4. Reuse the system prompt bytes already rendered by the parent session

This point is particularly sophisticated.

The system does not simply call getSystemPrompt() again for the sub-agent, as that could be affected by runtime conditions, feature gates, or GrowthBook hot states, leading to deviations in generated bytes.

Instead, Claude Code tries to pass the prompt bytes already rendered by the parent session in a thread-like manner.

This is a level of rigor that is rarely seen.

IV. Why This Matters

1. It makes multi-agent systems more scalable

Many multi-agent systems are capable in terms of performance but unsustainable in terms of cost. Especially when every sub-agent carries a large, nearly identical context, costs rise linearly.

Claude Code’s fork design is effectively “batch inference optimization” applied to multi-agent systems.

2. It makes forking a default strategy rather than an expensive privilege

If forking is expensive, the system will tend to reduce delegation. If forking can share a large amount of prompt cache, the runtime becomes much more confident in using delegation as a standard tool.

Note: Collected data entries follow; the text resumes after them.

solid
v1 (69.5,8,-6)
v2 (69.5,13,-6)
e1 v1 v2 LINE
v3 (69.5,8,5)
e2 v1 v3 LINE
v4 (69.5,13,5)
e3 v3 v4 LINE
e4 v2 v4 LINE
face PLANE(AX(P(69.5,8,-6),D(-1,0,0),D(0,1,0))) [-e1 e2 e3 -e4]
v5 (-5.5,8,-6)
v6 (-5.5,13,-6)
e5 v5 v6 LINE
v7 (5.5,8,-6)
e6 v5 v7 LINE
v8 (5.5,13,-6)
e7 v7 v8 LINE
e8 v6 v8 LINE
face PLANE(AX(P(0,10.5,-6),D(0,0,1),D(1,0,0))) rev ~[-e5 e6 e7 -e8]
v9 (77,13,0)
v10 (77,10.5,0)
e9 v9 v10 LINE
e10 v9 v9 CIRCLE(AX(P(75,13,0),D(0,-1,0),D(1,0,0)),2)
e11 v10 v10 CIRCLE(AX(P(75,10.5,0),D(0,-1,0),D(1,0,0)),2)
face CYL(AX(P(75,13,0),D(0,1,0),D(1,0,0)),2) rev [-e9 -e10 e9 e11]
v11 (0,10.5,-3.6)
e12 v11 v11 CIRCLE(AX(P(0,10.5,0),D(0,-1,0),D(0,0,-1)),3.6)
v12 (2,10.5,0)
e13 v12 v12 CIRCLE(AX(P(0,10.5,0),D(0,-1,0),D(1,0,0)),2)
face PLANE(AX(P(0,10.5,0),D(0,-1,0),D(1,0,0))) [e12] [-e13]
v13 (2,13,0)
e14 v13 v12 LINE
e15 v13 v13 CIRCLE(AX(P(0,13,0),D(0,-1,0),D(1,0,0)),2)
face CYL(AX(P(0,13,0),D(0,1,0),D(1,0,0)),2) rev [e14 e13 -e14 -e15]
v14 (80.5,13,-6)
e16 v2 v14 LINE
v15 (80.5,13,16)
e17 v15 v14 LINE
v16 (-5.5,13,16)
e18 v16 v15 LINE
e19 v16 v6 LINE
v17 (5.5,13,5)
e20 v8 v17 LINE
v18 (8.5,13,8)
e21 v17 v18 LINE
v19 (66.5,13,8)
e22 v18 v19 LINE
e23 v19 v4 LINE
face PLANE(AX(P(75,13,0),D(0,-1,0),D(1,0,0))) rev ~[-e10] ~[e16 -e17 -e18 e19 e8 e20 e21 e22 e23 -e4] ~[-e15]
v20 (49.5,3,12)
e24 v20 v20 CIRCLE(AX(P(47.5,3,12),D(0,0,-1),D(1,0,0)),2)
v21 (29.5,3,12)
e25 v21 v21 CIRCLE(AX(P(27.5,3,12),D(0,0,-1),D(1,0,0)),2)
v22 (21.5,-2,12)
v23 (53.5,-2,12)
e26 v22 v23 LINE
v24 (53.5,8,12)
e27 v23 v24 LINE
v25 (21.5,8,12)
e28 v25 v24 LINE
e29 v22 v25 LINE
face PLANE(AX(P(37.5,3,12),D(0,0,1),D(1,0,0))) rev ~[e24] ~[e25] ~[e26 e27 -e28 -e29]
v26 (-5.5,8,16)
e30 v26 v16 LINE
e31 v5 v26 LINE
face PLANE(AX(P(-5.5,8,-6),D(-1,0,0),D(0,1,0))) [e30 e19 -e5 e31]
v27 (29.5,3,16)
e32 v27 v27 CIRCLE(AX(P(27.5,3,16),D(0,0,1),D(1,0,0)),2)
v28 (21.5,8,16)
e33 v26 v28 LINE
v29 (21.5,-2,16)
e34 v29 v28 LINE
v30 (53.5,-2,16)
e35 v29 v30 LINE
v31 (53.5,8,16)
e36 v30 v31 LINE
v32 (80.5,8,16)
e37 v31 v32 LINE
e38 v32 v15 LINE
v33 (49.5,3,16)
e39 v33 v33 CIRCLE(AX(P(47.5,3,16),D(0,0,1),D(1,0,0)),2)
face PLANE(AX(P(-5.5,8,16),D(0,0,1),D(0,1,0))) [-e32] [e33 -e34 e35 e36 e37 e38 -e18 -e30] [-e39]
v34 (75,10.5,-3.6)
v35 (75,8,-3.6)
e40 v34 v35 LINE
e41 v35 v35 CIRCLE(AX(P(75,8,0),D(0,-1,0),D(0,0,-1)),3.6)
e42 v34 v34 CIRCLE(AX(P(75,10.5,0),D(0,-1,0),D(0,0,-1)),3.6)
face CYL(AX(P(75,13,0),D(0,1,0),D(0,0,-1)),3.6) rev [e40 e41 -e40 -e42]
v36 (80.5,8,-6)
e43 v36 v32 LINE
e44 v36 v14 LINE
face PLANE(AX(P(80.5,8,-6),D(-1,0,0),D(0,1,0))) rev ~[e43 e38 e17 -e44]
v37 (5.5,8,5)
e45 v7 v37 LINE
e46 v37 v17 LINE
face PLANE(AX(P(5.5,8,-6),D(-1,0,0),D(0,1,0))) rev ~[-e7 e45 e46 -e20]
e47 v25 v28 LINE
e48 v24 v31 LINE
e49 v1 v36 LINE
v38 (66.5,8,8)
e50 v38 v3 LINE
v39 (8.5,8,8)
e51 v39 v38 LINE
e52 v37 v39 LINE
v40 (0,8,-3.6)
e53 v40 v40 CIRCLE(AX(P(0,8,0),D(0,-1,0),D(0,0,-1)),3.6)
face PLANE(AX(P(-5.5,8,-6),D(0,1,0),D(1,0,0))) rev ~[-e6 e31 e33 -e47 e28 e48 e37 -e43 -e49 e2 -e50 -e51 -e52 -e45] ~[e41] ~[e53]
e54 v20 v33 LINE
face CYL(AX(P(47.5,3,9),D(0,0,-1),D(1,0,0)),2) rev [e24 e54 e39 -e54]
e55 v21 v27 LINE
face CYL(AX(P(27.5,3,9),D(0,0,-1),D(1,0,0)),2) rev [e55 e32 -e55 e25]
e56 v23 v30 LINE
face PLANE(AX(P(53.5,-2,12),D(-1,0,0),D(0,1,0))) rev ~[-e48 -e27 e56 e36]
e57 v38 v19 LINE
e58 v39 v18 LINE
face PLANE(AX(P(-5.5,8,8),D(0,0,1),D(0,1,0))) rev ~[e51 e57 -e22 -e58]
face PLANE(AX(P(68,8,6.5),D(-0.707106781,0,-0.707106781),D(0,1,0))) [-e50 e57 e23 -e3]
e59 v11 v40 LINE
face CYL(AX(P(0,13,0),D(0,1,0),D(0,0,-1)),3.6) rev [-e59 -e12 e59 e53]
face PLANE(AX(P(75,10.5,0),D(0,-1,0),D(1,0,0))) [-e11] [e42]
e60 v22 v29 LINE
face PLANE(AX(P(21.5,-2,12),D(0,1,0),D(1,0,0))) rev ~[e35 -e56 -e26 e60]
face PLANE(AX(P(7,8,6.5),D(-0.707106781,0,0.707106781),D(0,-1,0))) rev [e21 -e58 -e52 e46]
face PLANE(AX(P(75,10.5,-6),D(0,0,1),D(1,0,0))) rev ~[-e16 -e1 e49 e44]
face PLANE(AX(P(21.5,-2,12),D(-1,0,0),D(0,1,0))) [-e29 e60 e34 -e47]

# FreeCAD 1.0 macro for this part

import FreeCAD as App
import Part
import Sketcher
Q = App.Units.Quantity


def edges_at(feature, points):
    """Names of the edges that pass closest to the given points."""
    edges = feature.Shape.Edges
    near = lambda p: min(range(len(edges)), key=lambda i: edges[i].distToShape(Part.Vertex(*p))[0])
    return sorted({f"Edge{near(p) + 1}" for p in points})


def add_polygon(sketch, points):
    """Adds a closed chain of lines whose ends are joined by coincident constraints."""
    first, n = sketch.GeometryCount, len(points)
    for a, b in zip(points, points[1:] + points[:1]):
        sketch.addGeometry(Part.LineSegment(App.Vector(*a, 0), App.Vector(*b, 0)), False)
    for i in range(n):
        sketch.addConstraint(Sketcher.Constraint("Coincident", first + i, 2, first + (i + 1) % n, 1))

doc = App.newDocument("Part")
params = doc.addObject("Spreadsheet::Sheet", "Params")
for row, (alias, value) in enumerate([
    ("sketch1_width", "5 mm"),
    ("sketch1_height", "8 mm"),
    ("pad1_length", "86 mm"),
    ("sketch2_diameter", "7.2 mm"),
    ("pad2_length", "5 mm"),
    ("sketch3_width", "11 mm"),
    ("sketch3_height", "5 mm"),
    ("pad3_length", "14 mm"),
    ("sketch4_diameter", "7.2 mm"),
    ("pad4_length", "5 mm"),
    ("sketch5_width", "11 mm"),
    ("sketch5_height", "5 mm"),
    ("pad5_length", "14 mm"),
    ("sketch6_diameter", "4 mm"),
    ("sketch6_diameter2", "7.2 mm"),
    ("pad6_length", "2.5 mm"),
    ("sketch7_diameter", "4 mm"),
    ("sketch7_diameter2", "7.2 mm"),
    ("pad7_length", "2.5 mm"),
    ("sketch8_diameter", "4 mm"),
    ("pad8_length", "7 mm"),
    ("sketch9_diameter", "4 mm"),
    ("pad9_length", "7 mm"),
    ("sketch10_width", "32 mm"),
    ("sketch10_height", "10 mm"),
    ("pad10_length", "4 mm"),
    ("chamfer_size", "3 mm"),
], start=1):
    params.set(f"A{row}", alias)
    params.set(f"B{row}", "=" + value)
    params.setAlias(f"B{row}", alias)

3. It reflects the engineering team’s deep understanding of LLM cost structures

This highlight best demonstrates that Claude Code is not just a “product that knows how to write prompts,” but a system that truly understands inference infrastructure.

V. How This Fundamentally Differs from Ordinary “Shared Context”

When many people hear about this design, their first reaction might be: “Isn’t that just sharing context?”

It is not.

Ordinary shared context only means: • The sub-agent can also see the parent context.

What Claude Code is doing is: • The sub-agent’s input construction is meticulously designed so that the caching layer treats them as having the same prefix as much as possible.

The former is functional sharing. The latter is cost engineering.

VI. Why This Design Is Difficult to Implement

Because you have to satisfy many conditions simultaneously: • The sub-agent must still correctly understand the task. • The parent context must not be corrupted. • Tool call relationships must remain valid. • Different children must be sufficiently similar. • Recursive forking must be avoided.

Claude Code even added specific protections in forkSubagent.ts, such as detecting forked children to prevent further recursive forking.

This shows it wasn’t just a “clever trick,” but a path turned into a long-term, usable feature.

VII. Understanding the Highlight in One Diagram

Mermaid Diagram 1

VIII. Conclusion

The most commendable aspect of the fork subagent design is not that it makes sub-agents smarter, but that it makes them “cheaper.”

When agent systems are actually deployed, this type of cost-level innovation is often scarcer than feature-level innovation. This is because the former requires the team to simultaneously understand: • Model context structure • Prompt caching behavior • System prompt stability • Multi-agent scheduling patterns

Claude Code’s answer here is beautiful:

Don’t just let the agent clone itself; let the agent’s clones share the same brain prefix as much as possible.